Dailey agreed that a new parcel tax will be needed in the next few years. “Neither the federal government nor the state funds education properly. How we fund it going forward, it will be an issue that has to addressed by the board. It’s the same issue districts are facing across the state,” she said.
But McPhetridge predicted some Alamedans may be resistant and suffer from tax fatigue.
Klinger isn’t convinced a new parcel tax is needed. “I know Sean believes that. I’m not entirely sure there isn’t money within the district. Look what happened in Oakland, Dublin, and Fremont when those districts were pressed. After teachers went on strike, they found the money for raises. I do know that teachers don’t want to go knocking on doors asking people for a raise. The new superintendent will have to face the issue. It’s salaries,” she said.

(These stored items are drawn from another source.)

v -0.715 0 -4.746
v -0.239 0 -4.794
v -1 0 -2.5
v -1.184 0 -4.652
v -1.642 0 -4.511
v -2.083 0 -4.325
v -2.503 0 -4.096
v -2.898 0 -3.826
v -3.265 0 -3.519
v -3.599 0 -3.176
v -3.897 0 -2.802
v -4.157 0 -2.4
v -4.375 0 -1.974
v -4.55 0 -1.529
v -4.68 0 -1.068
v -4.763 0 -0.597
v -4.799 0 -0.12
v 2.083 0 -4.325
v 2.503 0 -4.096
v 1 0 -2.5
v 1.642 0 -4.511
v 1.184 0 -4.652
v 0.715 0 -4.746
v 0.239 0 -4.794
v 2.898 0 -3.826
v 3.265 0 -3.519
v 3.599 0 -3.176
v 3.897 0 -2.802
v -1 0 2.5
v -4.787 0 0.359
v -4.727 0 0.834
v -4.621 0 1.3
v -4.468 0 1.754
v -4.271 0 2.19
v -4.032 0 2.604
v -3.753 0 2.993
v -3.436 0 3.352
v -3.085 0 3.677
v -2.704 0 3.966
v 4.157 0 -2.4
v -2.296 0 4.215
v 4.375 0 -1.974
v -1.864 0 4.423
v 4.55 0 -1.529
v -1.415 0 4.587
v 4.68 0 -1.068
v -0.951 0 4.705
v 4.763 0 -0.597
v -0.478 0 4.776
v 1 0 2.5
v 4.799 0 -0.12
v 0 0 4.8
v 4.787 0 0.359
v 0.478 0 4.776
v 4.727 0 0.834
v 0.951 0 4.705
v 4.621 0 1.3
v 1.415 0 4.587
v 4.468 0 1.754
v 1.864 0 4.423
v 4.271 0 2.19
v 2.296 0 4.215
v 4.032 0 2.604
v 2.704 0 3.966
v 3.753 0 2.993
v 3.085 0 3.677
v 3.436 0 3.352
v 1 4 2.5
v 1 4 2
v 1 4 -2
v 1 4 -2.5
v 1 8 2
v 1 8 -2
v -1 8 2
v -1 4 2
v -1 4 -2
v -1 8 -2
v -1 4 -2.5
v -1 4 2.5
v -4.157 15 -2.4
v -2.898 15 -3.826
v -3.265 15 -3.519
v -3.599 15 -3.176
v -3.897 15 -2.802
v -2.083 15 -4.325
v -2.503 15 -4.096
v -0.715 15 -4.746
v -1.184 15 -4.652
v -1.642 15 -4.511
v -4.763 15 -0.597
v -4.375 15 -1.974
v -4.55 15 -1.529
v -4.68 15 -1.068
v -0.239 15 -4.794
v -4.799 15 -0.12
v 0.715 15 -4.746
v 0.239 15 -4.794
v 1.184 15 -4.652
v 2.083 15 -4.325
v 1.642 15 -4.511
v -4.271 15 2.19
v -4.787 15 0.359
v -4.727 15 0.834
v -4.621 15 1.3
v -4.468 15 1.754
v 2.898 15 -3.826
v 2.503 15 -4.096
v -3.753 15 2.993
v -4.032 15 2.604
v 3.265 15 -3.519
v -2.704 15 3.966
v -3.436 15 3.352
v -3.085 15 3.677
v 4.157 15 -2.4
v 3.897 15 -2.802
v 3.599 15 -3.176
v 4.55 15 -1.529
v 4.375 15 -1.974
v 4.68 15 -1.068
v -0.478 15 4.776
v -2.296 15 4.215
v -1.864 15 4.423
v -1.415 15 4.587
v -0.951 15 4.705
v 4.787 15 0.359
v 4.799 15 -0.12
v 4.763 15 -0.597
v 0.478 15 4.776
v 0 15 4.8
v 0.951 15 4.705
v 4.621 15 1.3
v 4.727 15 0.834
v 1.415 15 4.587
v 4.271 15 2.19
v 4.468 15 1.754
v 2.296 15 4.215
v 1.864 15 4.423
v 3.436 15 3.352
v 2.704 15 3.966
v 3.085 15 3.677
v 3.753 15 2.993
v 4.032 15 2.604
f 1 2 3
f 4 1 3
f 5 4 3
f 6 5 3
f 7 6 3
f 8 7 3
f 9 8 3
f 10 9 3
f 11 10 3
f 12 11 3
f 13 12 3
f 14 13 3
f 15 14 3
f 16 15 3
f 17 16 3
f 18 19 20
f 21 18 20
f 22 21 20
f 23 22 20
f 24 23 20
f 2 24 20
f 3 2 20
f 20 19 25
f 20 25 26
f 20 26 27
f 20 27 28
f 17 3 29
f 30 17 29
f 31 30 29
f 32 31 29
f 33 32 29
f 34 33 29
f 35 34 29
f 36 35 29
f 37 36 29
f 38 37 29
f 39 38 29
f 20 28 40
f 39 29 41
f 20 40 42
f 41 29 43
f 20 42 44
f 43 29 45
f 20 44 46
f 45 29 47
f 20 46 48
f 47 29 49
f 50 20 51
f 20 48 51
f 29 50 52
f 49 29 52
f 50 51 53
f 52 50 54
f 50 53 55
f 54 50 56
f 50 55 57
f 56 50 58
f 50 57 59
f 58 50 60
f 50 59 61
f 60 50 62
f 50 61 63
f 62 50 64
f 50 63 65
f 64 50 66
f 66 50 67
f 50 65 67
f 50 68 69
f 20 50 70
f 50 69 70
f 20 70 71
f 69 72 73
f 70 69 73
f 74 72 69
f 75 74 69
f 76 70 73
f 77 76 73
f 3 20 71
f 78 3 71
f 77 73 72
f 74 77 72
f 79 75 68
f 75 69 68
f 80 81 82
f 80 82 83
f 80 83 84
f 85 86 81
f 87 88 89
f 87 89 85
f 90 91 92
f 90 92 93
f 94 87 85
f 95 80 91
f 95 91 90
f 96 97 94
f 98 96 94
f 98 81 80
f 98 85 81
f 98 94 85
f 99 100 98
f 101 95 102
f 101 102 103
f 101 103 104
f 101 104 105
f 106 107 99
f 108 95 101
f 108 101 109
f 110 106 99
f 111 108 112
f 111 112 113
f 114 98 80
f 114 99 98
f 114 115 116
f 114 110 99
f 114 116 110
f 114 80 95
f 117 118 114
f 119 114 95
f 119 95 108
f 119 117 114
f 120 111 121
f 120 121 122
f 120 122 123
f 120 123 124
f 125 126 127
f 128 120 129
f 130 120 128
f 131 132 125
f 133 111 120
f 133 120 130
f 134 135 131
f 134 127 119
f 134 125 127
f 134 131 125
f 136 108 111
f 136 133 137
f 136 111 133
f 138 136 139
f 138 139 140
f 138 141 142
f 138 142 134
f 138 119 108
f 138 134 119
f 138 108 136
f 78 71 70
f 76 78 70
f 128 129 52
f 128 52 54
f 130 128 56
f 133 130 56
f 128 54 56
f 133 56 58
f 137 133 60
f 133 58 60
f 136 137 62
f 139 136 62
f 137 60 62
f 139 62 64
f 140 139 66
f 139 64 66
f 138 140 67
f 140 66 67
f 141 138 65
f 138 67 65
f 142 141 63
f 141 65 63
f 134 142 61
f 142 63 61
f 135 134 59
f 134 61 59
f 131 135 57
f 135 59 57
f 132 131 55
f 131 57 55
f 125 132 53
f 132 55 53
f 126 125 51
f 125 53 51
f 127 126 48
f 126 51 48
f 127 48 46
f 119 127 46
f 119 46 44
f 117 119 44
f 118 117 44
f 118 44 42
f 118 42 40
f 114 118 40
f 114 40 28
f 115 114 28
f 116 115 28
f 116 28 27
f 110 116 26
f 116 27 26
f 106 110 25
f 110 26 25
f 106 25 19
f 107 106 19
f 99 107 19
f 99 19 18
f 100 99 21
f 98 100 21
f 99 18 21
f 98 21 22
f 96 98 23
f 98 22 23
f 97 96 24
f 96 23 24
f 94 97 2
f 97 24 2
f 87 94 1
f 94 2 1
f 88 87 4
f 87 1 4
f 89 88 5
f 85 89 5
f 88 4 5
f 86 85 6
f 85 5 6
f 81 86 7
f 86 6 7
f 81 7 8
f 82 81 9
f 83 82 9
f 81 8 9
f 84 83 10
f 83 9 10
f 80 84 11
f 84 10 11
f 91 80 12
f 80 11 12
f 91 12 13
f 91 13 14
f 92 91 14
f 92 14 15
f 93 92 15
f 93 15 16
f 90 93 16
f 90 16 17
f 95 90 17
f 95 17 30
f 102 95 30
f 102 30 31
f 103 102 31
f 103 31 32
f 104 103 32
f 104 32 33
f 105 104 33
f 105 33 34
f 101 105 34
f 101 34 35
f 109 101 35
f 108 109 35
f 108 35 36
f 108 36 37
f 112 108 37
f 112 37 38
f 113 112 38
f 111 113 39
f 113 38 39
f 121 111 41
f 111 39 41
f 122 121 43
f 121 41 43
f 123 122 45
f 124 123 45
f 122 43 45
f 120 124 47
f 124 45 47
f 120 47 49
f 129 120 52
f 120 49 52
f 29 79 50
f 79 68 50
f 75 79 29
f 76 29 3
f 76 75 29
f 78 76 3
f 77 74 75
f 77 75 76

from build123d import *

# Parameters (mm, degrees)
SKETCH1_R           = 4.8
BOSS_EXTRUDE1_DEPTH = 15
CUT_EXTRUDE1_DEPTH  = 1


with BuildPart() as part:
    # Sketch1 → Boss-Extrude1 (new body)
    with BuildSketch(Plane(origin=(0, 0, 0), x_dir=(1, 0, 0), z_dir=(0, 1, 0))):
        with Locations(Location((0, 0, 0), (0, 0, 270))):  # turned: the seam where the file's is
            Circle(SKETCH1_R)
    extrude(amount=BOSS_EXTRUDE1_DEPTH)

    # Sketch2 → Cut-Extrude1 (cut, symmetric)
    with BuildSketch(Plane(origin=(0, 0, 0), x_dir=(0, 0, -1), z_dir=(1, 0, 0))):
        Polygon((-2.5, 0), (2.5, 0), (2.5, 4), (2, 4), (2, 8), (-2, 8), (-2, 4), (-2.5, 4), align=None)
    extrude(amount=CUT_EXTRUDE1_DEPTH, both=True, mode=Mode.SUBTRACT)


solid = part.part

McPhetridge called the growing expense for special education in AUSD’s budget one that is out of control. Likewise, he said the return of full funding to the Local Control Funding Formula to pre-2008 levels and increased and unfunded mandates from the state for school districts’ Public Employees Retirement System and State Teachers Retirement System contributions place too much strain on AUSD.
McPhetridge said during his tenure he has had supporters and critics, as will any superintendent. “You have to have a thick skin and an open heart to do the job,” he said. “What I love about Alameda is people speak their truth to power. In some ways, you have a very activist, engaged populous here. I think we have to work on more community engagement.”
As his tenure comes to an end this month, McPhetridge is applying for other superintendent positions in the Bay Area. The school board began the search for a replacement in March with the help of Leadership Associates. It also held public meetings and posted an online survey on the district’s website about the search. Applications were due in April. The board planned to conduct interviews in May and appoint a new superintendent in June in time to start the job Aug. 1.